- **WORK INSTRUCTIONS**: Exactly as they appear below, repeat the lines from the one with "#10=(NAMED_UNIT(*)SI_UNIT($,.STERADIAN.)SOLID_ANGLE_UNIT());" through the one with "#46=VECTOR('',#45,1.);", and no others.

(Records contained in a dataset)
* * * * *

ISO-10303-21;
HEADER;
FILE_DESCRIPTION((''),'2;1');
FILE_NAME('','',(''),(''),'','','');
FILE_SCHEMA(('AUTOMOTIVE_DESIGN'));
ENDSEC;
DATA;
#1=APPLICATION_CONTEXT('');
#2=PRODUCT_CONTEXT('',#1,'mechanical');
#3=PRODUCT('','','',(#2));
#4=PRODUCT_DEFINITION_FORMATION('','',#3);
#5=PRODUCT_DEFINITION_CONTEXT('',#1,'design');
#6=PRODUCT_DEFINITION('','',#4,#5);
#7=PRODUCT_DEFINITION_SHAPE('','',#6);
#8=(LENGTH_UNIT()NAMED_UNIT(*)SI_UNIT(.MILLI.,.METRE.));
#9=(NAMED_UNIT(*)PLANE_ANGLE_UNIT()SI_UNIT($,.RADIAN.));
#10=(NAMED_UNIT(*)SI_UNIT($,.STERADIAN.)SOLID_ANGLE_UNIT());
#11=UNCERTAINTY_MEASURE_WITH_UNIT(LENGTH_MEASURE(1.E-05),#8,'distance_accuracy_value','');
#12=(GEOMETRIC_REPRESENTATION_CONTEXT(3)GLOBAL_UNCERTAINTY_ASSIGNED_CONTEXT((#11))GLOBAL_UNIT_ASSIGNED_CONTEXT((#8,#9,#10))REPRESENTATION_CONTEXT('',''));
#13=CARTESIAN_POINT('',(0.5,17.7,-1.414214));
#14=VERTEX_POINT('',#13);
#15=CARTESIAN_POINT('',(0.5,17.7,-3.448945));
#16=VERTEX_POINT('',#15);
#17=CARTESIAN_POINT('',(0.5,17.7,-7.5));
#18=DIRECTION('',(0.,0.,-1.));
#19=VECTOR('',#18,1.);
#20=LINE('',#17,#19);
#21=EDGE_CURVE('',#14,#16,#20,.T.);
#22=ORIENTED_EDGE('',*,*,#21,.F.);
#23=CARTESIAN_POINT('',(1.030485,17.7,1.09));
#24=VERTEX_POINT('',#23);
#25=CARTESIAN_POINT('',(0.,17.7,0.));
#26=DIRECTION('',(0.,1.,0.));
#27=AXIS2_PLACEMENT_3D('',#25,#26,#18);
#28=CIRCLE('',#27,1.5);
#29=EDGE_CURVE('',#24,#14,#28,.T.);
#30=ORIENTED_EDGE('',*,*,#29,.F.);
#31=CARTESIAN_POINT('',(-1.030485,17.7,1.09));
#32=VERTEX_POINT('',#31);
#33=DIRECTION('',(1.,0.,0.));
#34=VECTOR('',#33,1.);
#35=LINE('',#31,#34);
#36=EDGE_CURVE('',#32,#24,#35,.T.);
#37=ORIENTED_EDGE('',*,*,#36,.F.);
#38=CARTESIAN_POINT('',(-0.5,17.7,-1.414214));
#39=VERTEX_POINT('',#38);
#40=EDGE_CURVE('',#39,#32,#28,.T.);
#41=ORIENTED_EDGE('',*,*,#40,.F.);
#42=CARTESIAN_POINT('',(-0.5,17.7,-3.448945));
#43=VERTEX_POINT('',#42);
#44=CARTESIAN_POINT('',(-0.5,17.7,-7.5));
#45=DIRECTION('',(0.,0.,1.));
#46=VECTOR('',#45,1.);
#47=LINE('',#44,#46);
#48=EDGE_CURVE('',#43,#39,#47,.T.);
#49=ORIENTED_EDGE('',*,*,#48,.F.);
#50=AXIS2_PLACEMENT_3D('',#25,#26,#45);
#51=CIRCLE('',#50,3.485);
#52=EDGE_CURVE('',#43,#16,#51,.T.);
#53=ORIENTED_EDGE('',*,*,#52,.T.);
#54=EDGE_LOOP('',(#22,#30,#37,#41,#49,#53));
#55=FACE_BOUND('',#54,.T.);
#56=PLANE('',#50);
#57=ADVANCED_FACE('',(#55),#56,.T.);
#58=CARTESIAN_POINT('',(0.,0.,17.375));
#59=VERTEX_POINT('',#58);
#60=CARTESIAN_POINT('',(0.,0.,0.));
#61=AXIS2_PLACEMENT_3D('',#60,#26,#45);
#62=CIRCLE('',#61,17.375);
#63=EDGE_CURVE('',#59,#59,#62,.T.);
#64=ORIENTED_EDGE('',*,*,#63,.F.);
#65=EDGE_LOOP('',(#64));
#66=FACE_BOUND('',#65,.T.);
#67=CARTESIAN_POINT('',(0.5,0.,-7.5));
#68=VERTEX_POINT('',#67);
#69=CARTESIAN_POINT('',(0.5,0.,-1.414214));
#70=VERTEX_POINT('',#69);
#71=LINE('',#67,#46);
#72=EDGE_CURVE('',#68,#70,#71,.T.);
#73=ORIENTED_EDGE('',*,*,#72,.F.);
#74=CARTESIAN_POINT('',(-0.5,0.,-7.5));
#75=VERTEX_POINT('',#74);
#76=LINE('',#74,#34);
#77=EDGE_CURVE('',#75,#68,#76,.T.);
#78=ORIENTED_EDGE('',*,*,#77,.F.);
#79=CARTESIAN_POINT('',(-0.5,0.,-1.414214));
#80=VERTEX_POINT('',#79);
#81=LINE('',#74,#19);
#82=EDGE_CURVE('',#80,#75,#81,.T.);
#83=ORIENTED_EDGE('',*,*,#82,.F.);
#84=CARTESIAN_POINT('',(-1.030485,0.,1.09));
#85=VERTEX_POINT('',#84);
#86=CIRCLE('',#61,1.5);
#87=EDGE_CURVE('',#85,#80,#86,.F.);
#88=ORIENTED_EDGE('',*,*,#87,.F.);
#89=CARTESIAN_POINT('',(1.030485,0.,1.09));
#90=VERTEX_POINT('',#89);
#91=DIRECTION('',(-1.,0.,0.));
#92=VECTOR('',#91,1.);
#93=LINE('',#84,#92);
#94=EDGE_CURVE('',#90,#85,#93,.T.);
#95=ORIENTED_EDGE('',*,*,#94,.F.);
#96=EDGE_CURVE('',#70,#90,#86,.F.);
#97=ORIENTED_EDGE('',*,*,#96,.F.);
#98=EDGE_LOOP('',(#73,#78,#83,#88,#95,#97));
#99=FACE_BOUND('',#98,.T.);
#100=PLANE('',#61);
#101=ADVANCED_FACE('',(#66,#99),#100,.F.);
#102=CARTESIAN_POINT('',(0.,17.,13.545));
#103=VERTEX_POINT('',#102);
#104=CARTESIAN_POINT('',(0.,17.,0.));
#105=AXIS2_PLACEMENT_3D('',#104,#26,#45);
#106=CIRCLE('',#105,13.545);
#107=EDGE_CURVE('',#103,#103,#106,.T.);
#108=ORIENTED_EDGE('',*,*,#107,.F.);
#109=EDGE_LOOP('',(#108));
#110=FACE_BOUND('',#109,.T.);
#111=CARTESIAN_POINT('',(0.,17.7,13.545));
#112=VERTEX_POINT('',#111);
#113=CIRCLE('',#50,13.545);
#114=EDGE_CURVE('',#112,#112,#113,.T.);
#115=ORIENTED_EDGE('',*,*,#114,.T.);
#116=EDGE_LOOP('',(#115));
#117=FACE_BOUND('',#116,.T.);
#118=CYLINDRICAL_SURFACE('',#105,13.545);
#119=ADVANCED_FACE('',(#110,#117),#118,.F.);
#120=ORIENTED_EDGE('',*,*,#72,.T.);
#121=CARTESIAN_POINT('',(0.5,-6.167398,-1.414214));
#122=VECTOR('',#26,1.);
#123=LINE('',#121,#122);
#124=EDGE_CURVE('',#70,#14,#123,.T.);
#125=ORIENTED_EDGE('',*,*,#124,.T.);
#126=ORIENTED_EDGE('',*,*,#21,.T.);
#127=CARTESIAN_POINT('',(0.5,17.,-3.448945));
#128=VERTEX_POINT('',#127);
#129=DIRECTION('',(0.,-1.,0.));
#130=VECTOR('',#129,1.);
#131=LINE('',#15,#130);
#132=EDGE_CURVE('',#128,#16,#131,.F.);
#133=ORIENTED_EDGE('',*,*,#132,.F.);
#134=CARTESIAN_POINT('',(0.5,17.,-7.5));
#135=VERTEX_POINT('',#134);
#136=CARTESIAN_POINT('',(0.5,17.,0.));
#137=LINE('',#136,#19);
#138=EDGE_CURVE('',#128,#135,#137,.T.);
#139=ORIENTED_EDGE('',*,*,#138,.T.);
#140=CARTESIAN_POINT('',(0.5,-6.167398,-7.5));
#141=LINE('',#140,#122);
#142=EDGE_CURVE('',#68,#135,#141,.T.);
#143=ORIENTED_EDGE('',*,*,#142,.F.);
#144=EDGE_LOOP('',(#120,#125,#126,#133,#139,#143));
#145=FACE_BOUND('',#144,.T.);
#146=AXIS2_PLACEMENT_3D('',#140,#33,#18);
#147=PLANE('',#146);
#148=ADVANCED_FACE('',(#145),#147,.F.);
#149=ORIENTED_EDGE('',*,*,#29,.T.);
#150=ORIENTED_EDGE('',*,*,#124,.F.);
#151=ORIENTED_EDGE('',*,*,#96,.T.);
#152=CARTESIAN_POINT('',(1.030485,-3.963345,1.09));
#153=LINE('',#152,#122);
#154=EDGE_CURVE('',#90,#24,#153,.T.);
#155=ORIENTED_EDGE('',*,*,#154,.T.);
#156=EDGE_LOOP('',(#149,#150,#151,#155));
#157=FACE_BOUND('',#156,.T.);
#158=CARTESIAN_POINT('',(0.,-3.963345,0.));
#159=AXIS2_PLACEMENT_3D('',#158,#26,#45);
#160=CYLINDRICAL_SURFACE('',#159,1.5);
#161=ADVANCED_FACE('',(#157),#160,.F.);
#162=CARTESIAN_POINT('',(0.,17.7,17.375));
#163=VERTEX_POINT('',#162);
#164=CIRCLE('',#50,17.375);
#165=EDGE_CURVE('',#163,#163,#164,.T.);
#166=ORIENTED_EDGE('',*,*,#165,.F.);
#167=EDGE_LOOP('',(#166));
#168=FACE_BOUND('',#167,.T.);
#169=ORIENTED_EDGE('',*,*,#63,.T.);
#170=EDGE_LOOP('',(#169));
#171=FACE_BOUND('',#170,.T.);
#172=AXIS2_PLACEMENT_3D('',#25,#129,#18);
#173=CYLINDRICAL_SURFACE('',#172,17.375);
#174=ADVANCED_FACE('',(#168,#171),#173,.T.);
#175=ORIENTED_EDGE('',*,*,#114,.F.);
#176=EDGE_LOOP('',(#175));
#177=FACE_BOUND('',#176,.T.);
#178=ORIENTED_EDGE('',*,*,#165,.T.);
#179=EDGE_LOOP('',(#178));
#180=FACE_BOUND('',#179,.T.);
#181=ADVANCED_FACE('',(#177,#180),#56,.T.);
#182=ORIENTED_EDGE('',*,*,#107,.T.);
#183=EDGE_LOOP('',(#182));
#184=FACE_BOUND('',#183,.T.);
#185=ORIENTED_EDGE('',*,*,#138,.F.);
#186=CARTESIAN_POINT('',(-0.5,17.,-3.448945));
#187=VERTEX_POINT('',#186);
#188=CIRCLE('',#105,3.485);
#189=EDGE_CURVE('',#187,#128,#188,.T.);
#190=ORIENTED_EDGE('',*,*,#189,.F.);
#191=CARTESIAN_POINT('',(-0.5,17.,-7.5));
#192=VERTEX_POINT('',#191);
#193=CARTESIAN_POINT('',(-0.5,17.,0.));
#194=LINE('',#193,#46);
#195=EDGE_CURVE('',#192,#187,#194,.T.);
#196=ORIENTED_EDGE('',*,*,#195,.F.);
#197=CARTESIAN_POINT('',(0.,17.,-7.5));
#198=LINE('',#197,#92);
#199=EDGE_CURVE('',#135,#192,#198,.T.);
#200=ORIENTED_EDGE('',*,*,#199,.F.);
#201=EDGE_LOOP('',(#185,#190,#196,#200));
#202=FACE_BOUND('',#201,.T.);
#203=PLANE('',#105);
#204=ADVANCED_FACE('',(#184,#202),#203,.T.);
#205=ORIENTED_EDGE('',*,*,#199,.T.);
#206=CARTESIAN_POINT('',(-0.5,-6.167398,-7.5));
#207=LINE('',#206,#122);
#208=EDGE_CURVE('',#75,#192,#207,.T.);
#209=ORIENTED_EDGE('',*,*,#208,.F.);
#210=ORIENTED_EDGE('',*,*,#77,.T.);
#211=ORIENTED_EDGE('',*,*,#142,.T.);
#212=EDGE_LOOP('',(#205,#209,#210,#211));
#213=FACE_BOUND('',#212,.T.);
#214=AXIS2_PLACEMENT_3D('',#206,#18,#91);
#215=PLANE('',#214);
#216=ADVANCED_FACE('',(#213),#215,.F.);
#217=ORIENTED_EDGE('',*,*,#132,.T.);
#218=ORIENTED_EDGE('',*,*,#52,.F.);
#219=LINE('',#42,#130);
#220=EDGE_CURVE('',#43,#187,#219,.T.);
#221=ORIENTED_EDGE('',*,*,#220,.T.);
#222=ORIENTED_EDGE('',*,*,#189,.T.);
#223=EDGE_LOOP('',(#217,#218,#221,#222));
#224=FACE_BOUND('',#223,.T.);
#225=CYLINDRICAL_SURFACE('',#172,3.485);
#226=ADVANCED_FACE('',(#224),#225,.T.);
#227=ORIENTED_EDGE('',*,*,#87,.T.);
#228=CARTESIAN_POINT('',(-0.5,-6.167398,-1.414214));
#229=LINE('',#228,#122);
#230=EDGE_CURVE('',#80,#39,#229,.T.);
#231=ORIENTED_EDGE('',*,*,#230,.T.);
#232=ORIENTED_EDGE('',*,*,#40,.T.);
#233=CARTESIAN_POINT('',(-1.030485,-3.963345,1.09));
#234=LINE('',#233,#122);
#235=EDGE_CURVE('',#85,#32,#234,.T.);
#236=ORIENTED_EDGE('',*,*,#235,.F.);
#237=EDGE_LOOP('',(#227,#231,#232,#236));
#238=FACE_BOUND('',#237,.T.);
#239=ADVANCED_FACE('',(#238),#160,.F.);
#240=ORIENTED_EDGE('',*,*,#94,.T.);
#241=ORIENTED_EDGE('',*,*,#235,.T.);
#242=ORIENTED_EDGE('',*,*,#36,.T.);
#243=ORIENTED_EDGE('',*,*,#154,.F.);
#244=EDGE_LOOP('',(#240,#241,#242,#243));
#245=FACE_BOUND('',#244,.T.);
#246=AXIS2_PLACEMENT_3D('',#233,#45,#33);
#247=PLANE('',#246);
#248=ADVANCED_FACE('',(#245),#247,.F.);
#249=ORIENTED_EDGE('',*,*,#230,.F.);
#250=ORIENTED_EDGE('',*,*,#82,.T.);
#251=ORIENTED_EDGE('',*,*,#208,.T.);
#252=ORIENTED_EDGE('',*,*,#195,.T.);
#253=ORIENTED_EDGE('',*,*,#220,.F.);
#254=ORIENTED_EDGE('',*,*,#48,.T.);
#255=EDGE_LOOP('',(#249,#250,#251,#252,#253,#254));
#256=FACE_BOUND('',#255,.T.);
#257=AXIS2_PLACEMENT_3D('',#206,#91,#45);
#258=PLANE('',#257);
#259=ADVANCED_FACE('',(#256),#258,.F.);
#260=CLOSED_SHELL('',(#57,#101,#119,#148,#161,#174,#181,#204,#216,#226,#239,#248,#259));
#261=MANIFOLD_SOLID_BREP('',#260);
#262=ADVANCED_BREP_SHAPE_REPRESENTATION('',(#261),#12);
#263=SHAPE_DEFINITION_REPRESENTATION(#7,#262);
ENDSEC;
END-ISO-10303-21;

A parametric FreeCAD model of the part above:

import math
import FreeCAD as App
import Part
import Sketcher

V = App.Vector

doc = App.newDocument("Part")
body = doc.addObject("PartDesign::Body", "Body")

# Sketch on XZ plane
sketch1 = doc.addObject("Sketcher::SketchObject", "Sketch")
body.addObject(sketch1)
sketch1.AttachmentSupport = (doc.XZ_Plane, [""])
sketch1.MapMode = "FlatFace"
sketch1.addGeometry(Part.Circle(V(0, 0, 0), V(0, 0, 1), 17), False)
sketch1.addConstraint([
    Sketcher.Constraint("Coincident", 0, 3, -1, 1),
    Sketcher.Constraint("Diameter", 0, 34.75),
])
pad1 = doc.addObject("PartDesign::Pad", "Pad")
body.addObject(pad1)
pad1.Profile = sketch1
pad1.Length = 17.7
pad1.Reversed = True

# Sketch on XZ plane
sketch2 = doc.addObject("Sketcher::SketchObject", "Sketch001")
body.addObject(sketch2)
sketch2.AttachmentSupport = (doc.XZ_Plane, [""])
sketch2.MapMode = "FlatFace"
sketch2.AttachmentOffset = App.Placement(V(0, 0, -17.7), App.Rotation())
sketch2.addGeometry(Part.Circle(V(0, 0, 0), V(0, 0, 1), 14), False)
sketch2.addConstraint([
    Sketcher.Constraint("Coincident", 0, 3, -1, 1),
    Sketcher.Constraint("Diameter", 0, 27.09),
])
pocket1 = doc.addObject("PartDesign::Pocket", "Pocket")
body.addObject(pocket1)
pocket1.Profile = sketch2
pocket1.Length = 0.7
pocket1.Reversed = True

* * * * *

- **RESPONSE TO THIS EXERCISE**:
#10=(NAMED_UNIT(*)SI_UNIT($,.STERADIAN.)SOLID_ANGLE_UNIT());
#11=UNCERTAINTY_MEASURE_WITH_UNIT(LENGTH_MEASURE(1.E-05),#8,'distance_accuracy_value','');
#12=(GEOMETRIC_REPRESENTATION_CONTEXT(3)GLOBAL_UNCERTAINTY_ASSIGNED_CONTEXT((#11))GLOBAL_UNIT_ASSIGNED_CONTEXT((#8,#9,#10))REPRESENTATION_CONTEXT('',''));
#13=CARTESIAN_POINT('',(0.5,17.7,-1.414214));
#14=VERTEX_POINT('',#13);
#15=CARTESIAN_POINT('',(0.5,17.7,-3.448945));
#16=VERTEX_POINT('',#15);
#17=CARTESIAN_POINT('',(0.5,17.7,-7.5));
#18=DIRECTION('',(0.,0.,-1.));
#19=VECTOR('',#18,1.);
#20=LINE('',#17,#19);
#21=EDGE_CURVE('',#14,#16,#20,.T.);
#22=ORIENTED_EDGE('',*,*,#21,.F.);
#23=CARTESIAN_POINT('',(1.030485,17.7,1.09));
#24=VERTEX_POINT('',#23);
#25=CARTESIAN_POINT('',(0.,17.7,0.));
#26=DIRECTION('',(0.,1.,0.));
#27=AXIS2_PLACEMENT_3D('',#25,#26,#18);
#28=CIRCLE('',#27,1.5);
#29=EDGE_CURVE('',#24,#14,#28,.T.);
#30=ORIENTED_EDGE('',*,*,#29,.F.);
#31=CARTESIAN_POINT('',(-1.030485,17.7,1.09));
#32=VERTEX_POINT('',#31);
#33=DIRECTION('',(1.,0.,0.));
#34=VECTOR('',#33,1.);
#35=LINE('',#31,#34);
#36=EDGE_CURVE('',#32,#24,#35,.T.);
#37=ORIENTED_EDGE('',*,*,#36,.F.);
#38=CARTESIAN_POINT('',(-0.5,17.7,-1.414214));
#39=VERTEX_POINT('',#38);
#40=EDGE_CURVE('',#39,#32,#28,.T.);
#41=ORIENTED_EDGE('',*,*,#40,.F.);
#42=CARTESIAN_POINT('',(-0.5,17.7,-3.448945));
#43=VERTEX_POINT('',#42);
#44=CARTESIAN_POINT('',(-0.5,17.7,-7.5));
#45=DIRECTION('',(0.,0.,1.));
#46=VECTOR('',#45,1.);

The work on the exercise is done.